Set out exactly every line of the entries below, starting at the line that holds "v 0 22.388 5.811" and stopping after the line that holds "v 0 17.188 -1.764".

^^^^

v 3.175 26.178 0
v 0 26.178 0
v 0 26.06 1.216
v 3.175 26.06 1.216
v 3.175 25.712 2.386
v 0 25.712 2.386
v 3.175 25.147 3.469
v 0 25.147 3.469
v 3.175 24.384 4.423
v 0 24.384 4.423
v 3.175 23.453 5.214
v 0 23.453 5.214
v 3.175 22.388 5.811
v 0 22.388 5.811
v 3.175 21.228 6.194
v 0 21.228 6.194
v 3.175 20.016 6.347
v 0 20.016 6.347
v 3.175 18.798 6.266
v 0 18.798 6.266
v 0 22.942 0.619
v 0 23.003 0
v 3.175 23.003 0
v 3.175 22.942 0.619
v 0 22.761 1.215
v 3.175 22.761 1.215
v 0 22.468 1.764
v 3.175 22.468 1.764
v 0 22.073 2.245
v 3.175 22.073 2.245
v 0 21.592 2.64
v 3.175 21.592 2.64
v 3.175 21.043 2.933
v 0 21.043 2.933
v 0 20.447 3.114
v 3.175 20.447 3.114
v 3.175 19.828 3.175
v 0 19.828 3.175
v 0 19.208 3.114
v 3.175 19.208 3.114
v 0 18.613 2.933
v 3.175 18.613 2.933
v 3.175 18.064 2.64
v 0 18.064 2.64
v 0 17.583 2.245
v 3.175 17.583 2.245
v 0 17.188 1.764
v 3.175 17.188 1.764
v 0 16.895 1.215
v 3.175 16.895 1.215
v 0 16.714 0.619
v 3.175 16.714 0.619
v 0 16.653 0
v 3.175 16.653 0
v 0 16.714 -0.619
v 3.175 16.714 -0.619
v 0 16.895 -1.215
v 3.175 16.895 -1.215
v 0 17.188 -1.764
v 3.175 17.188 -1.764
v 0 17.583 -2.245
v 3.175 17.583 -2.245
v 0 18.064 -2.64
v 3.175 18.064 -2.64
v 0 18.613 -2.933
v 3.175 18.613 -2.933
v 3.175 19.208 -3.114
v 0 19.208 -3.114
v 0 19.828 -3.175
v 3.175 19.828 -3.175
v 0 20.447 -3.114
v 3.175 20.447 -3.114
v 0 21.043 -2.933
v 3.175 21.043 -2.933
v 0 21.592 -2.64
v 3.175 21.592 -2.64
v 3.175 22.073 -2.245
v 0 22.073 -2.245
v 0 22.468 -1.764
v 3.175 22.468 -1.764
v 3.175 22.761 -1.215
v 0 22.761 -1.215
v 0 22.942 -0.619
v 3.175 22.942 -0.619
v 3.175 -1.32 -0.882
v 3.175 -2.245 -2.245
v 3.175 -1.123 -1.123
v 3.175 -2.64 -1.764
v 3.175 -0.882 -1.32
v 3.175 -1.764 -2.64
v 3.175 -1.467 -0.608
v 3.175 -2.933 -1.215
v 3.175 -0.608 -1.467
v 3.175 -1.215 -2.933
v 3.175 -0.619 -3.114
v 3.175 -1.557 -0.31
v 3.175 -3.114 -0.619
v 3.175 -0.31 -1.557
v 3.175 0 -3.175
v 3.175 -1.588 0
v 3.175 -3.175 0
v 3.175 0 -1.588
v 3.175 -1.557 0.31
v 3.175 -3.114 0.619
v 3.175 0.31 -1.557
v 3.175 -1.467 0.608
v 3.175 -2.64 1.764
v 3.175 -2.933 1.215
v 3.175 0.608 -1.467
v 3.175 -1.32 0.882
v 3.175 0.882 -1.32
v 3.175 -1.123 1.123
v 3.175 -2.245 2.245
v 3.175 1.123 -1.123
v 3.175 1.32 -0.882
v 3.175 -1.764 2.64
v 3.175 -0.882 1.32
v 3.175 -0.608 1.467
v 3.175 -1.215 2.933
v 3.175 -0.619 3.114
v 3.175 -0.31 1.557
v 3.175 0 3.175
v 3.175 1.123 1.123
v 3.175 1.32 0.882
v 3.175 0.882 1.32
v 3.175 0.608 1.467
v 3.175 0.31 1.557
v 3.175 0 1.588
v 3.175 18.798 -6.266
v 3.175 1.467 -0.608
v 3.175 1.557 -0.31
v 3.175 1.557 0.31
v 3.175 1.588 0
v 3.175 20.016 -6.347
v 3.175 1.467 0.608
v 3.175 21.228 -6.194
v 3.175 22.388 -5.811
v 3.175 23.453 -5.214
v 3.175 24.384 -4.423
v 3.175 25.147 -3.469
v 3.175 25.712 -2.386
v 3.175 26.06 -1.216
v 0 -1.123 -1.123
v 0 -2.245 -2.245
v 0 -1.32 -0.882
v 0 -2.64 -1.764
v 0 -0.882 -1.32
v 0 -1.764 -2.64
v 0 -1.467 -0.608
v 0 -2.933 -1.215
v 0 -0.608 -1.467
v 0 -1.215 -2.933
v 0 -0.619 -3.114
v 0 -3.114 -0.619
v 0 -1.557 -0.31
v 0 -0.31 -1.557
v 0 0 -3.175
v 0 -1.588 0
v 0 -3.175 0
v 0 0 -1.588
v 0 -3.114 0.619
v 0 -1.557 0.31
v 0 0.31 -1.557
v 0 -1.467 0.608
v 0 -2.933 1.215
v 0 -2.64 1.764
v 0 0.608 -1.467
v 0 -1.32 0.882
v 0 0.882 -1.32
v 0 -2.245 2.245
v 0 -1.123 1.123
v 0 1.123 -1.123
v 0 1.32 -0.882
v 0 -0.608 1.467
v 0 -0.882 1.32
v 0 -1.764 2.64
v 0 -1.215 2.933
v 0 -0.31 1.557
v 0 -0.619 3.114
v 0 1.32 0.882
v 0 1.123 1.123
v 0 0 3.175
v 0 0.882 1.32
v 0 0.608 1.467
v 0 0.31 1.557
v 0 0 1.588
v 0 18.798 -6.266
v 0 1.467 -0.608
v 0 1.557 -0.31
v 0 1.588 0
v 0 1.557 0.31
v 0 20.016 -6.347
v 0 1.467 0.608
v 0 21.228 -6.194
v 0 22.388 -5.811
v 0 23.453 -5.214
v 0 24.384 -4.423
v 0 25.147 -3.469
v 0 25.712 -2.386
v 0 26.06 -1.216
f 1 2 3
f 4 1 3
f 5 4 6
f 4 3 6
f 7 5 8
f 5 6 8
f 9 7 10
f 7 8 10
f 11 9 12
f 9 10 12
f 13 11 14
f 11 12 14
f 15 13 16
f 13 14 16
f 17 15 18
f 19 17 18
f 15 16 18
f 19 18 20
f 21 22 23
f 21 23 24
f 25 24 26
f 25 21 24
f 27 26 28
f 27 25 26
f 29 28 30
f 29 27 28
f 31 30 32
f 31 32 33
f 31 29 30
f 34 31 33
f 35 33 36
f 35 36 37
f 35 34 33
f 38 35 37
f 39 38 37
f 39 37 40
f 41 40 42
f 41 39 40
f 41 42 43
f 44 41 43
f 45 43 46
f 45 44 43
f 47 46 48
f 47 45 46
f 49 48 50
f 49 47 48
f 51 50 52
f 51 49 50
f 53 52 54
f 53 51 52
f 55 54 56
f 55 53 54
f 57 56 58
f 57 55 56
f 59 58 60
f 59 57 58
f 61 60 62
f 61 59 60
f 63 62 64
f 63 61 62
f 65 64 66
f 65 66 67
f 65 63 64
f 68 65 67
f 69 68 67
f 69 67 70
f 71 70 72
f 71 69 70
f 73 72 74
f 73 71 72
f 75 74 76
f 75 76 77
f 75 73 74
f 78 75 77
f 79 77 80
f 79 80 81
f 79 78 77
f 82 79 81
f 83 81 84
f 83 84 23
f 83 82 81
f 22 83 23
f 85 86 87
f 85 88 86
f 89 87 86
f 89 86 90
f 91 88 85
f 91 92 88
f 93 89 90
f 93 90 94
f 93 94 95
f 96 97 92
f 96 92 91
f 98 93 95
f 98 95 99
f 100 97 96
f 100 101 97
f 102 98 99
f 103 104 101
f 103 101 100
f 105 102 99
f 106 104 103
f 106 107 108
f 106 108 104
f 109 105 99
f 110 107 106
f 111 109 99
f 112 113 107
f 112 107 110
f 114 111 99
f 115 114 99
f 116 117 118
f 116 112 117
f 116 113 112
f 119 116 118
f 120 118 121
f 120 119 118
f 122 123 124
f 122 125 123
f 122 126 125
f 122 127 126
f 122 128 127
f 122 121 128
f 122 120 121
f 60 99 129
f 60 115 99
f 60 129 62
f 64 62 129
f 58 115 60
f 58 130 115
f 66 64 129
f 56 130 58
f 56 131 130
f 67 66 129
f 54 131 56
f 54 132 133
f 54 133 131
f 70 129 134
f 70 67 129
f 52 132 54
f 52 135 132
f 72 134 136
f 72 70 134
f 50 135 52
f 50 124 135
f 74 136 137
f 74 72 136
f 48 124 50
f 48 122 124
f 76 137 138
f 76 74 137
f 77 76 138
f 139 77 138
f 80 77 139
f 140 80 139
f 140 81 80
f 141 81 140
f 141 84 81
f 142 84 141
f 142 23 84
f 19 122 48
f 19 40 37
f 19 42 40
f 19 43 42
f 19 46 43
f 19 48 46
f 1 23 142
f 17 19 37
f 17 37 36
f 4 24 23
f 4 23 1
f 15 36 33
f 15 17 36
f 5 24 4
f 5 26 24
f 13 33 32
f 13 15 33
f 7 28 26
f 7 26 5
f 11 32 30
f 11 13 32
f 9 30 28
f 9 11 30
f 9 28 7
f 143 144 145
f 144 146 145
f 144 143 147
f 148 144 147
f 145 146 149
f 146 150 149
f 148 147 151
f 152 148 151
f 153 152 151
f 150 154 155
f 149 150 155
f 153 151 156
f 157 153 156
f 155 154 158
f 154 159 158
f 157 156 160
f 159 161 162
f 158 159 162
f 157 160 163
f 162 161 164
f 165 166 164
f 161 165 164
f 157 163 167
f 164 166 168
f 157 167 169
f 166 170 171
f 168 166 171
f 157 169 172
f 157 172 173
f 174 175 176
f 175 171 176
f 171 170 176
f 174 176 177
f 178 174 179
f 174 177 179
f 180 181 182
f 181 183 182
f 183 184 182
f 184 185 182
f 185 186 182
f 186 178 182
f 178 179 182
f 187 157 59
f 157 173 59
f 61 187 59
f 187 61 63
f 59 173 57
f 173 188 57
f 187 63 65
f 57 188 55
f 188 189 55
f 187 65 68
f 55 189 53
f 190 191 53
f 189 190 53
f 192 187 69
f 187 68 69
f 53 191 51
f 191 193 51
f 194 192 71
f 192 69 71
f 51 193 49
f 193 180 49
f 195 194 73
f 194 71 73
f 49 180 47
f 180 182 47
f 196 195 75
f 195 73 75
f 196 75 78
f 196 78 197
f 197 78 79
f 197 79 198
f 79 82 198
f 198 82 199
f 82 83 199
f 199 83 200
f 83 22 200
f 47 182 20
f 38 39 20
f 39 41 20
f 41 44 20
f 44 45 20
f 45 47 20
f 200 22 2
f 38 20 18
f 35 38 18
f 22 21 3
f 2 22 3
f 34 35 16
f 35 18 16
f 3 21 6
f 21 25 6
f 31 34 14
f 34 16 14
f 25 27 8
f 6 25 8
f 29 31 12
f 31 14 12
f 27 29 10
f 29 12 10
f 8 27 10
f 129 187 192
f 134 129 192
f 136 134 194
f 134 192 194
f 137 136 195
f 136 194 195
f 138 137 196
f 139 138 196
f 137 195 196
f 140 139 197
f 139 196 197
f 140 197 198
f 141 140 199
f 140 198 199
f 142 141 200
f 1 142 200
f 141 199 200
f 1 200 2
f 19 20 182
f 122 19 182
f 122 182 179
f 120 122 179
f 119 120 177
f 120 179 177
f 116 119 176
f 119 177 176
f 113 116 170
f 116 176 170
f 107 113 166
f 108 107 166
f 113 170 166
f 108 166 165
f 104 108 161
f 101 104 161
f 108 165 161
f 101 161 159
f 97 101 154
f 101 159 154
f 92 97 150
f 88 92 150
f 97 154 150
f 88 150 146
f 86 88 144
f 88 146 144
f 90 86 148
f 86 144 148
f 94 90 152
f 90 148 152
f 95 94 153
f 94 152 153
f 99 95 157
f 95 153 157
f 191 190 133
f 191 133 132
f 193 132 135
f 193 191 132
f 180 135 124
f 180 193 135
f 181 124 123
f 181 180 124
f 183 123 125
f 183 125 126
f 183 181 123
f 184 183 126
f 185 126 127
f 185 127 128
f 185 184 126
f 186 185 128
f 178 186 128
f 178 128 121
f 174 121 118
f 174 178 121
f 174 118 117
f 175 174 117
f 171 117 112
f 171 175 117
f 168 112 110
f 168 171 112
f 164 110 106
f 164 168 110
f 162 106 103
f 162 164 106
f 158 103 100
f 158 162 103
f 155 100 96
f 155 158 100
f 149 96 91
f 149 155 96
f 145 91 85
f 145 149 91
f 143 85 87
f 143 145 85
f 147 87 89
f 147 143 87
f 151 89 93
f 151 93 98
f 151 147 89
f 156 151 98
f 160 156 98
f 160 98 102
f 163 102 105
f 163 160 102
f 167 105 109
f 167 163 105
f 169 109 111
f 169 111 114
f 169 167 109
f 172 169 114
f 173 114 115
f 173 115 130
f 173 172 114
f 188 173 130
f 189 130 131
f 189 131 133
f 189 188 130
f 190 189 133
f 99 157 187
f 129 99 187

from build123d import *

# Parameters (mm, degrees)
F0_R     = 1.5875
F0_R_2   = 3.175
F1_DEPTH = 3.175


with BuildPart() as f1:
    # F0 (on Right) → F1 (new body)
    with BuildSketch(Plane.YZ):
        with BuildLine():
            ThreePointArc((0, 3.175), (2.245064, 2.245064), (3.175, 0))
            ThreePointArc((3.175, 0), (2.245064, -2.245064), (0, -3.175))
            Line((0, -3.175), (18.797582, -6.265861))
            ThreePointArc((18.797582, -6.265861), (13.477869, 0), (18.797582, 6.265861))
            Line((18.797582, 6.265861), (0, 3.175))
        make_face()
        with BuildLine():
            ThreePointArc((0, -3.175), (2.245064, -2.245064), (3.175, 0))
            ThreePointArc((3.175, 0), (2.245064, 2.245064), (0, 3.175))
            ThreePointArc((0, 3.175), (-3.175, 0), (0, -3.175))
        make_face()
        Circle(F0_R, mode=Mode.SUBTRACT)
        with BuildLine():
            ThreePointArc((26.177869, 0), (23.937624, 4.840704), (18.797582, 6.265861))
            ThreePointArc((18.797582, 6.265861), (13.477869, 0), (18.797582, -6.265861))
            ThreePointArc((18.797582, -6.265861), (23.937624, -4.840704), (26.177869, 0))
        make_face()
        with Locations((19.827869, 0)):
            Circle(F0_R_2, mode=Mode.SUBTRACT)
    extrude(amount=F1_DEPTH)


solid = f1.part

^^^^

## TASK OUTPUT
v 0 22.388 5.811
v 3.175 21.228 6.194
v 0 21.228 6.194
v 3.175 20.016 6.347
v 0 20.016 6.347
v 3.175 18.798 6.266
v 0 18.798 6.266
v 0 22.942 0.619
v 0 23.003 0
v 3.175 23.003 0
v 3.175 22.942 0.619
v 0 22.761 1.215
v 3.175 22.761 1.215
v 0 22.468 1.764
v 3.175 22.468 1.764
v 0 22.073 2.245
v 3.175 22.073 2.245
v 0 21.592 2.64
v 3.175 21.592 2.64
v 3.175 21.043 2.933
v 0 21.043 2.933
v 0 20.447 3.114
v 3.175 20.447 3.114
v 3.175 19.828 3.175
v 0 19.828 3.175
v 0 19.208 3.114
v 3.175 19.208 3.114
v 0 18.613 2.933
v 3.175 18.613 2.933
v 3.175 18.064 2.64
v 0 18.064 2.64
v 0 17.583 2.245
v 3.175 17.583 2.245
v 0 17.188 1.764
v 3.175 17.188 1.764
v 0 16.895 1.215
v 3.175 16.895 1.215
v 0 16.714 0.619
v 3.175 16.714 0.619
v 0 16.653 0
v 3.175 16.653 0
v 0 16.714 -0.619
v 3.175 16.714 -0.619
v 0 16.895 -1.215
v 3.175 16.895 -1.215
v 0 17.188 -1.764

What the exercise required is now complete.